Over the past couple months I've ordered a number of straps from CNS, and generally am quite happy with them. I'm particularly fond of the one-piece "Paratrooper" models, which are easy to put on and adjust. They're easy on the wallet, too--just $10 apiece. No, they are NOT the equal of Erika's (I have several of those, too), but at 1/10th the price they are 80-90% as good (even the CNS "compass" logo on the hardware looks nice). So, I indulged in a host of different colors and enjoy them (I swap straps often) at the 10-for-the-cost-of-1 advantage.

That said, I also purchased 3-4 of the CNS "Marine Nationale" style, which are more like Erika's in that they have an extra loop and are more "real MN" in feel. These are just $15 each--again, a bargain.

*BUT! *For the life of me I can't seem to mount these MNs on my watches correctly. Or I maybe I'm just missing something. So, to all your Sages O' the Straps, I present my predicament and beg your advice.

*Fact #1: *I am an idiot. I mean, I think I'd have an easier time repairing the Large Haldron Collider than I am fiddling with these MNs. It's driving me nuts.

*Fact #2: *The issue, for me, is the curious CNS design: On their MNs, the main securing "hook" is free-floating--unlike Erika's, where the hook is sewn-in. The same pieces are all there, though: the hook, the adjustment slider, a third connecting buckle. See the attached photo from the CNS Web site, which I've marked-up. It shows two different ways to mount the strap. I'm not super-concerned about which style I use, though I'd probably prefer the one shown on the green strap; no bulk under the watch, no cloth for the watch to slip-around on, and still secure-ish if a spring bar fails.

The adjustment slider, in my hands, seems to do nothing in terms of changing the size of the strap when worn (unlike the slider on Erika's, which works effortlessly). All I can see is that it changes the point on the strap on which the watch sits (same situation with both mounting options). I've carefully mounted my watches exactly according to the photo, trying both configurations, but in each case the strap comes out tight on me--and I have a 7" wrist. CNS says their MNs are designed to be "very easy to adjust" and fit a wide range of wrist sizes.

After a search through YouTube seeking instructions, it seems I'm not the only one confused by this design. One enterprising fellow even decided to cut the attachment buckle off his CNS MN, reposition it, and sew the hook in its place--creating a copy of the Erika style. I dunno if I'd dare take on a sewing mod (I'm sure it would look terrible, given my lack of needle-and-thread skills) and, besides, there must be a simpler solution.

*Fact #3: *I am an idiot.


----------



## kpjimmy

No you are not an idiot. I've been wearing MN style shorts years but this configuration is not really well done. There's two ways of wearing/mounting. One is with no layer but adds the bulk to the sides as a fold and the second uses 2 layer which I don'tlike personally either. I've since only bought one to try and no more lol. I only buy their single pass paratrooper straps and I cut to size. But back to the how, hope these pics help!

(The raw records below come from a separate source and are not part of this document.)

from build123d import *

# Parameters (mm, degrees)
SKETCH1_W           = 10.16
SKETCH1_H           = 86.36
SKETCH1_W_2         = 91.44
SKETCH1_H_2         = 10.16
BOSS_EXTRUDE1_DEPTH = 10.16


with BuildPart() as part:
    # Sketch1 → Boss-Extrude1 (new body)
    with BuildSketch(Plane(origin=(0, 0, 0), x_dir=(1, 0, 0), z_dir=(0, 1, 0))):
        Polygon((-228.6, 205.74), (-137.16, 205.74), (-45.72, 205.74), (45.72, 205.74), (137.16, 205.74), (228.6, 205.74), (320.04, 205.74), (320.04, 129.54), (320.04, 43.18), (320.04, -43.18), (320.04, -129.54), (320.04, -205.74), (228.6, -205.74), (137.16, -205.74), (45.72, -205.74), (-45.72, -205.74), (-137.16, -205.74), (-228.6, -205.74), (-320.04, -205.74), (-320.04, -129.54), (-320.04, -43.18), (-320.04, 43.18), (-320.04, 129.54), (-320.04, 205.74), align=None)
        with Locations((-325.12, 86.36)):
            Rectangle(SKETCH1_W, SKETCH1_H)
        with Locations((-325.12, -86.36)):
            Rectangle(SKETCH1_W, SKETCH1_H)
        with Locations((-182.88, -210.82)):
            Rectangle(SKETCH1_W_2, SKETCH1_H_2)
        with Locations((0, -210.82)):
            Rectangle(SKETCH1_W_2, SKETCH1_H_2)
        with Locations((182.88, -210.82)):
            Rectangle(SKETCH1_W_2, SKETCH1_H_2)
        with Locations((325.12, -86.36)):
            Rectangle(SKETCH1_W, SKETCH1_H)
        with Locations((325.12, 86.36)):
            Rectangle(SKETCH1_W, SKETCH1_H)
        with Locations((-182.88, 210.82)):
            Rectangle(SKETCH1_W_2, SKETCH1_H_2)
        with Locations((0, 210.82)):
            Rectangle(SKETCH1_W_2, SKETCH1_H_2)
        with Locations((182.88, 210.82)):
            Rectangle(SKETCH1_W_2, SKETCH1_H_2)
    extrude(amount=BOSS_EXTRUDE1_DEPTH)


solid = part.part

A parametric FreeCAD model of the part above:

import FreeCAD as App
import Part
import Sketcher
from FreeCAD import Vector
Q = App.Units.Quantity


def add_polygon(sketch, points):
    """Adds a closed chain of lines whose ends are joined by coincident constraints."""
    first, n = sketch.GeometryCount, len(points)
    for a, b in zip(points, points[1:] + points[:1]):
        sketch.addGeometry(Part.LineSegment(App.Vector(*a, 0), App.Vector(*b, 0)), False)
    for i in range(n):
        sketch.addConstraint(Sketcher.Constraint("Coincident", first + i, 2, first + (i + 1) % n, 1))

doc = App.newDocument("Part")
params = doc.addObject("Spreadsheet::Sheet", "Params")
for row, (alias, value) in enumerate([
    ("sketch1_height", "3 in"),
    ("sketch1_width", "3.6 in"),
    ("sketch1_width2", "0.4 in"),
    ("sketch1_height2", "3.4 in"),
    ("pad1_length", "0.4 in"),
], start=1):
    params.set(f"A{row}", alias)
    params.set(f"B{row}", "=" + value)
    params.setAlias(f"B{row}", alias)

body = doc.addObject("PartDesign::Body", "Body")

sketch1 = doc.addObject("Sketcher::SketchObject", "Sketch")
body.addObject(sketch1)
sketch1.AttachmentSupport = (doc.XZ_Plane, [""])
sketch1.MapMode = "FlatFace"
add_polygon(sketch1, [(320, -206), (229, -206), (229, -216), (137, -216), (137, -206), (46, -206), (46, -216), (-46, -216), (-46, -206), (-137, -206), (-137, -216), (-229, -216), (-229, -206), (-320, -206), (-320, -130), (-330, -130), (-330, -43), (-320, -43), (-320, 43), (-330, 43), (-330, 130), (-320, 130), (-320, 206), (-229, 206), (-229, 216), (-137, 216), (-137, 206), (-46, 206), (-46, 216), (46, 216), (46, 206), (137, 206), (137, 216), (229, 216), (229, 206), (320, 206), (320, 130), (330, 130), (330, 43), (320, 43), (320, -43), (330, -43), (330, -130), (320, -130)])
sketch1.addConstraint([
    Sketcher.Constraint("Horizontal", 0),
    Sketcher.Constraint("Vertical", 1),
    Sketcher.Constraint("Horizontal", 2),
    Sketcher.Constraint("Vertical", 3),
    Sketcher.Constraint("Horizontal", 4),
    Sketcher.Constraint("Vertical", 5),
    Sketcher.Constraint("Horizontal", 6),
    Sketcher.Constraint("Vertical", 7),
    Sketcher.Constraint("Horizontal", 8),
    Sketcher.Constraint("Vertical", 9),
    Sketcher.Constraint("Horizontal", 10),
    Sketcher.Constraint("Vertical", 11),
    Sketcher.Constraint("Horizontal", 12),
    Sketcher.Constraint("Vertical", 13),
    Sketcher.Constraint("Horizontal", 14),
    Sketcher.Constraint("Vertical", 15),
    Sketcher.Constraint("Horizontal", 16),
    Sketcher.Constraint("Vertical", 17),
    Sketcher.Constraint("Horizontal", 18),
    Sketcher.Constraint("Vertical", 19),
    Sketcher.Constraint("Horizontal", 20),
    Sketcher.Constraint("Vertical", 21),
    Sketcher.Constraint("Horizontal", 22),
    Sketcher.Constraint("Vertical", 23),
    Sketcher.Constraint("Horizontal", 24),
    Sketcher.Constraint("Vertical", 25),
    Sketcher.Constraint("Horizontal", 26),
    Sketcher.Constraint("Vertical", 27),
    Sketcher.Constraint("Horizontal", 28),
    Sketcher.Constraint("Vertical", 29),
    Sketcher.Constraint("Horizontal", 30),
    Sketcher.Constraint("Vertical", 31),
    Sketcher.Constraint("Horizontal", 32),
    Sketcher.Constraint("Vertical", 33),
    Sketcher.Constraint("Horizontal", 34),
    Sketcher.Constraint("Vertical", 35),
    Sketcher.Constraint("Horizontal", 36),
    Sketcher.Constraint("Vertical", 37),
    Sketcher.Constraint("Horizontal", 38),
    Sketcher.Constraint("Vertical", 39),
    Sketcher.Constraint("Horizontal", 40),
    Sketcher.Constraint("Vertical", 41),
    Sketcher.Constraint("Horizontal", 42),
    Sketcher.Constraint("Vertical", 43),
    Sketcher.Constraint("Symmetric", 0, 2, 22, 2, -1, 1),
    Sketcher.Constraint("Symmetric", 2, 2, 24, 2, -1, 1),
    Sketcher.Constraint("Symmetric", 4, 2, 26, 2, -1, 1),
    Sketcher.Constraint("Symmetric", 6, 2, 28, 2, -1, 1),
    Sketcher.Constraint("Symmetric", 8, 2, 30, 2, -1, 1),
    Sketcher.Constraint("Symmetric", 10, 2, 32, 2, -1, 1),
    Sketcher.Constraint("Symmetric", 12, 2, 34, 2, -1, 1),
    Sketcher.Constraint("Symmetric", 14, 2, 36, 2, -1, 1),
    Sketcher.Constraint("Symmetric", 16, 2, 38, 2, -1, 1),
    Sketcher.Constraint("Symmetric", 18, 2, 40, 2, -1, 1),
    Sketcher.Constraint("Symmetric", 20, 2, 42, 2, -1, 1),
    Sketcher.Constraint("Symmetric", 4, 2, 7, 2, -2),
    Sketcher.Constraint("Symmetric", 2, 2, 9, 2, -2),
    Sketcher.Constraint("Symmetric", 0, 2, 11, 2, -2),
    Sketcher.Constraint("Symmetric", 20, 2, 35, 2, -2),
    Sketcher.Constraint("Symmetric", 18, 2, 37, 2, -2),
    Sketcher.Constraint("Horizontal", 0, 2, 3, 2),
    Sketcher.Constraint("Horizontal", 2, 2, 5, 2),
    Sketcher.Constraint("Vertical", 13, 2, 16, 2),
    Sketcher.Constraint("Equal", 0, 2),
    Sketcher.Constraint("Equal", 2, 4),
    Sketcher.Constraint("Equal", 4, 6),
    Sketcher.Constraint("Equal", 42, 1),
    Sketcher.Constraint("Equal", 15, 17),
    Sketcher.Constraint("DistanceY", 13, 1, 13, 2, Q("3 in")),
    Sketcher.Constraint("DistanceX", 0, 2, 0, 1, Q("3.6 in")),
    Sketcher.Constraint("DistanceX", 14, 2, 14, 1, Q("0.4 in")),
    Sketcher.Constraint("DistanceY", 15, 1, 15, 2, Q("3.4 in")),
])
sketch1.setExpression("Constraints[112]", "Params.sketch1_height")
sketch1.setExpression("Constraints[113]", "Params.sketch1_width")
sketch1.setExpression("Constraints[114]", "Params.sketch1_width2")
sketch1.setExpression("Constraints[115]", "Params.sketch1_height2")
pad1 = doc.addObject("PartDesign::Pad", "Pad")
body.addObject(pad1)
pad1.Profile = sketch1
pad1.setExpression("Length", "Params.pad1_length")
pad1.Reversed = True

doc.recompute()
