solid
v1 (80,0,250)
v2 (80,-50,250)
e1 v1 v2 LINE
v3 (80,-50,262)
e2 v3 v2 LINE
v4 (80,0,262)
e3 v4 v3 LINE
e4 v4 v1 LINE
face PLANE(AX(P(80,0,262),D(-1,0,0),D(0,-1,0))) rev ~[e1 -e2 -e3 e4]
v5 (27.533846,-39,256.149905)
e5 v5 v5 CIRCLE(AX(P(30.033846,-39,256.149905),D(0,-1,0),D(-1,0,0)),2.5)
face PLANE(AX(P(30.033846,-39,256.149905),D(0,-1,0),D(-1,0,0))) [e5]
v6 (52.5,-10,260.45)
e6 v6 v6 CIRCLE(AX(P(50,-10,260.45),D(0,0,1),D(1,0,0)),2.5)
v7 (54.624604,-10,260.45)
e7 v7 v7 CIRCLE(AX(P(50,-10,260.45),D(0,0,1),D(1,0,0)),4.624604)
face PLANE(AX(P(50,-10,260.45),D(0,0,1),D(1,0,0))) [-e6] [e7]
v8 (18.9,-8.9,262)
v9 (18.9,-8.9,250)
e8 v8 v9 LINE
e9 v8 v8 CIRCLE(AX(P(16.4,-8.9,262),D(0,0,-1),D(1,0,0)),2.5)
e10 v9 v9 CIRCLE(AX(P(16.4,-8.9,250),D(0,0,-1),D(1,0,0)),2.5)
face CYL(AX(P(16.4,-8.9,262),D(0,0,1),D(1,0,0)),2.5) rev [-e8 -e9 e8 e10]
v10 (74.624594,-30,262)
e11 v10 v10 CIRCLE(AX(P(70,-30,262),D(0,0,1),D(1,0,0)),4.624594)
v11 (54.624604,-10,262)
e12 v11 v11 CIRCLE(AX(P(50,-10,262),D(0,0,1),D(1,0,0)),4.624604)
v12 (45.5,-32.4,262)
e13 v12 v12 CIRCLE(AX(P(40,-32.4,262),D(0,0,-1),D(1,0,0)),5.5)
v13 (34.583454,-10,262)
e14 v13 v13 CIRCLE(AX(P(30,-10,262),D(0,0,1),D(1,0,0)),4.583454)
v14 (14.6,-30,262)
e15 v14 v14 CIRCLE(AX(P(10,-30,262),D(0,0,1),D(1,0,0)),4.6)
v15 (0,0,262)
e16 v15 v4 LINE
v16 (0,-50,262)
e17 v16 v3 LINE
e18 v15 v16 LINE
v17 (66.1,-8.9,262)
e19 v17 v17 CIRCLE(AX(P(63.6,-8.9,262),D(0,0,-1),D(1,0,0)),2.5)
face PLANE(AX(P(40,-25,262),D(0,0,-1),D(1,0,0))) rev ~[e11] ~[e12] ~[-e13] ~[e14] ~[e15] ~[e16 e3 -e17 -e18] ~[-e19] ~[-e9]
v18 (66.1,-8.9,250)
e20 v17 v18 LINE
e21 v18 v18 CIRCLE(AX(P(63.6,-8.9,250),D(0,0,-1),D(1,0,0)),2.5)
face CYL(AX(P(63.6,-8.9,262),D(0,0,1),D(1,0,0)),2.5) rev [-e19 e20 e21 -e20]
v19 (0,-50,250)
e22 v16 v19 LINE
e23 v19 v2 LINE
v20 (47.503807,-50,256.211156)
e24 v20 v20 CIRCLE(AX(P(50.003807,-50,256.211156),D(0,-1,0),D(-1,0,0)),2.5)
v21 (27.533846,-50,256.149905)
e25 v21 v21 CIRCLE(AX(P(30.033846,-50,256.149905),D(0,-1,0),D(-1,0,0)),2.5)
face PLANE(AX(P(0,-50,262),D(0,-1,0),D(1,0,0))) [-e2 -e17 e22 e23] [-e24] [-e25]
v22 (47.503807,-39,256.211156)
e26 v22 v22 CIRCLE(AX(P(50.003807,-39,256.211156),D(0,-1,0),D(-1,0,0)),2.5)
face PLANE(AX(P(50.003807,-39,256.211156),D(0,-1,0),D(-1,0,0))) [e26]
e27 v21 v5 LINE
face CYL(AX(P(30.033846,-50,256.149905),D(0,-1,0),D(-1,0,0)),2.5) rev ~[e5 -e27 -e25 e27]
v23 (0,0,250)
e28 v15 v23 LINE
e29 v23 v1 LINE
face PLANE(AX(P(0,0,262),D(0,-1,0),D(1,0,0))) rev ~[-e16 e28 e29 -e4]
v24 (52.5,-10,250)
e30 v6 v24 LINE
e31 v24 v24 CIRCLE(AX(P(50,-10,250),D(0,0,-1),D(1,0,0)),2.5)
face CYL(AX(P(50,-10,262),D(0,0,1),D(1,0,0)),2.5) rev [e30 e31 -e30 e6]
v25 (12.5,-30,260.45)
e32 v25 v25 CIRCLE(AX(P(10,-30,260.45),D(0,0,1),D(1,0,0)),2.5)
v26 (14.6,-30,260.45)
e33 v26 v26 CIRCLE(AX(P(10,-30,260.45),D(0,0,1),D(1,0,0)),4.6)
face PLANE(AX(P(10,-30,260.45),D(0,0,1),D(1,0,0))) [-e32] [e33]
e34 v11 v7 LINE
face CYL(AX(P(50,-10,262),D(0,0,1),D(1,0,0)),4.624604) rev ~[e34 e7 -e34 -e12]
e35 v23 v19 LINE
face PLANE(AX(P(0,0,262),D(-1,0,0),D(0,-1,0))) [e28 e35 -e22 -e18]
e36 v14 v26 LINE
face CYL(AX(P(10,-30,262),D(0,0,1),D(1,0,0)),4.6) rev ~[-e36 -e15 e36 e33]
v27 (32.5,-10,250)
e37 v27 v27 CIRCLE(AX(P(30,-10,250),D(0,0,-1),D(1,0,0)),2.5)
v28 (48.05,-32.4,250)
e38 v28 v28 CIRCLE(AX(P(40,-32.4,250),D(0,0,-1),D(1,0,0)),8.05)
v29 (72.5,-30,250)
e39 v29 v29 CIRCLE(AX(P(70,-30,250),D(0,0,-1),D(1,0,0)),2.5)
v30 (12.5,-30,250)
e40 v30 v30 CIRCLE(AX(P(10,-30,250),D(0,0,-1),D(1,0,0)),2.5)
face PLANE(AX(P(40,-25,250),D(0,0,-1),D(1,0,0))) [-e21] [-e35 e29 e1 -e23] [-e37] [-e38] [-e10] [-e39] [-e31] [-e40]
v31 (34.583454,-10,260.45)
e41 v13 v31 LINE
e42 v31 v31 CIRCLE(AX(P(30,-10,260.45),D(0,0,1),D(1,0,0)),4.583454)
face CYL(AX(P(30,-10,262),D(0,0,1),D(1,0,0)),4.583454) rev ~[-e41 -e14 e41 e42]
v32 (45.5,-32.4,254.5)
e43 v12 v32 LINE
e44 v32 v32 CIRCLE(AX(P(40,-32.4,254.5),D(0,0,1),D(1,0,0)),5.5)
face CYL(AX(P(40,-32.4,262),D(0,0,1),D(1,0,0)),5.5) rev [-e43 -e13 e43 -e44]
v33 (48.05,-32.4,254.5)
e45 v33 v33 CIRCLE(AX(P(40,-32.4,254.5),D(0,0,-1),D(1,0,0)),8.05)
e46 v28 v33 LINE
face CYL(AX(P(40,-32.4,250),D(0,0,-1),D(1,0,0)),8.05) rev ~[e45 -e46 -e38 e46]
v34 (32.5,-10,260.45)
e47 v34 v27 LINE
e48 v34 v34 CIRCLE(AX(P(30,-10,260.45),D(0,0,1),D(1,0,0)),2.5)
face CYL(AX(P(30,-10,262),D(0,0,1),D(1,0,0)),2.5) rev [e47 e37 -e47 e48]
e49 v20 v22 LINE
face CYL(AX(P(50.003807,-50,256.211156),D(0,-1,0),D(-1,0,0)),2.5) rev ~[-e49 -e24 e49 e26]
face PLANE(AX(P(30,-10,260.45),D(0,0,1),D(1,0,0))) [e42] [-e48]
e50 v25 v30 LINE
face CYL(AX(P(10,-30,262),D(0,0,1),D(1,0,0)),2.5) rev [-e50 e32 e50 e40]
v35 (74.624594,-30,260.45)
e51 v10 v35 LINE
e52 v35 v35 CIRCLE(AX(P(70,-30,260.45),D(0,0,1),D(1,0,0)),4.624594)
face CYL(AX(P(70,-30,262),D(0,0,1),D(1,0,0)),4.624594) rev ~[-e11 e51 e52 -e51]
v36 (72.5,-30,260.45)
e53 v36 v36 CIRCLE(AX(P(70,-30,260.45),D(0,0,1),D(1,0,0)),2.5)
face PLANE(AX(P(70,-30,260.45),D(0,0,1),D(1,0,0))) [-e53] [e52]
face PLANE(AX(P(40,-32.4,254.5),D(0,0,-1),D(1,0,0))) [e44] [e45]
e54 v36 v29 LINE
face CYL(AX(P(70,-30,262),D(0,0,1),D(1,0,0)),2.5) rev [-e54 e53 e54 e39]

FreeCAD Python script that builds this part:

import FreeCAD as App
import Part
import Sketcher
Q = App.Units.Quantity


def add_polygon(sketch, points):
    """Adds a closed chain of lines whose ends are joined by coincident constraints."""
    first, n = sketch.GeometryCount, len(points)
    for a, b in zip(points, points[1:] + points[:1]):
        sketch.addGeometry(Part.LineSegment(App.Vector(*a, 0), App.Vector(*b, 0)), False)
    for i in range(n):
        sketch.addConstraint(Sketcher.Constraint("Coincident", first + i, 2, first + (i + 1) % n, 1))

doc = App.newDocument("Part")
body = doc.addObject("PartDesign::Body", "Body")

# Sketch on XY plane
sketch1 = body.newObject("Sketcher::SketchObject", "Sketch")
sketch1.AttachmentSupport = (doc.getObject("XY_Plane"), [""])
sketch1.MapMode = "FlatFace"
sketch1.AttachmentOffset = App.Placement(App.Vector(0, 0, 262), App.Rotation())
add_polygon(sketch1, [(0, -50), (0, 0), (80, 0), (80, -50)])  # lines 0-3
sketch1.addGeometry(Part.Circle(App.Vector(16.4, -8.9, 0), App.Vector(0, 0, 1), 2.5), False)  # 4
sketch1.addGeometry(Part.Circle(App.Vector(30, -10, 0), App.Vector(0, 0, 1), 2.5), False)  # 5
sketch1.addGeometry(Part.Circle(App.Vector(50, -10, 0), App.Vector(0, 0, 1), 2.5), False)  # 6
sketch1.addGeometry(Part.Circle(App.Vector(63.6, -8.9, 0), App.Vector(0, 0, 1), 2.5), False)  # 7
sketch1.addGeometry(Part.Circle(App.Vector(10, -30, 0), App.Vector(0, 0, 1), 2.5), False)  # 8
sketch1.addGeometry(Part.Circle(App.Vector(70, -30, 0), App.Vector(0, 0, 1), 2.5), False)  # 9
sketch1.addGeometry(Part.Circle(App.Vector(40, -32.4, 0), App.Vector(0, 0, 1), 5.5), False)  # 10
sketch1.addConstraint(Sketcher.Constraint("Vertical", 0))
sketch1.addConstraint(Sketcher.Constraint("Horizontal", 1))
sketch1.addConstraint(Sketcher.Constraint("Vertical", 2))
sketch1.addConstraint(Sketcher.Constraint("Horizontal", 3))
sketch1.addConstraint(Sketcher.Constraint("Coincident", 0, 2, -1, 1))
sketch1.addConstraint(Sketcher.Constraint("Equal", 4, 5))
sketch1.addConstraint(Sketcher.Constraint("Equal", 5, 6))
sketch1.addConstraint(Sketcher.Constraint("Equal", 6, 7))
sketch1.addConstraint(Sketcher.Constraint("Equal", 7, 8))
sketch1.addConstraint(Sketcher.Constraint("Equal", 8, 9))
sketch1.addConstraint(Sketcher.Constraint("Horizontal", 5, 3, 6, 3))
sketch1.addConstraint(Sketcher.Constraint("Horizontal", 4, 3, 7, 3))
sketch1.addConstraint(Sketcher.Constraint("Horizontal", 8, 3, 9, 3))
sketch1.addConstraint(Sketcher.Constraint("Diameter", 4, Q("5 mm")))
sketch1.addConstraint(Sketcher.Constraint("Diameter", 10, Q("11 mm")))
sketch1.addConstraint(Sketcher.Constraint("DistanceX", 1, 1, 1, 2, Q("80 mm")))
sketch1.addConstraint(Sketcher.Constraint("DistanceY", 0, 1, 0, 2, Q("50 mm")))
sketch1.addConstraint(Sketcher.Constraint("DistanceX", -1, 1, 5, 3, Q("30 mm")))
sketch1.addConstraint(Sketcher.Constraint("DistanceY", 5, 3, -1, 1, Q("10 mm")))
sketch1.addConstraint(Sketcher.Constraint("DistanceX", -1, 1, 6, 3, Q("50 mm")))
sketch1.addConstraint(Sketcher.Constraint("DistanceX", -1, 1, 8, 3, Q("10 mm")))
sketch1.addConstraint(Sketcher.Constraint("DistanceY", 8, 3, -1, 1, Q("30 mm")))
sketch1.addConstraint(Sketcher.Constraint("DistanceX", -1, 1, 9, 3, Q("70 mm")))
sketch1.addConstraint(Sketcher.Constraint("DistanceX", -1, 1, 10, 3, Q("40 mm")))
sketch1.addConstraint(Sketcher.Constraint("DistanceX", -1, 1, 4, 3, Q("16.4 mm")))
sketch1.addConstraint(Sketcher.Constraint("DistanceY", 4, 3, -1, 1, Q("8.9 mm")))
sketch1.addConstraint(Sketcher.Constraint("DistanceX", -1, 1, 7, 3, Q("63.6 mm")))
sketch1.addConstraint(Sketcher.Constraint("DistanceY", 10, 3, -1, 1, Q("32.4 mm")))
pad1 = body.newObject("PartDesign::Pad", "Pad")
pad1.Profile = sketch1
pad1.Length = 12
pad1.Reversed = True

Sent from my SM-G781U using Tapatalk


----------



## Onedaydyl

They are a bit fiddly. I wear the strap with the double layer under my 6.75 inch wrist so the back of the watch head us touching skin. This is my preference as I am not keen on 2 layers if strap as it raises the watch head too much IMHO. 
My suggestion is to loop the strap as you going to wear it first and the attach the spring bars on top of the 2 loops. Then put the watch on the wrist and then you can move the slider to your tightness preference. It's easier to do this whilst on the wrist.
I don't think I would buy another, again preferring the simpler and less bulky paratrooper type, but my erika's black ops is still superior.









Sent from my SM-G981B using Tapatalk


----------



## DB Broward

Agreed with you both: These MNs are fiddly. And, like the two of you, I do prefer the Paratrooper style. Simpler, effective, quick-change. Seems it would be an easy update to reconfigure the buckles and sew-in the hook hardware (Erika-style) on these MNs; I really think it would improve the use and appeal dramatically.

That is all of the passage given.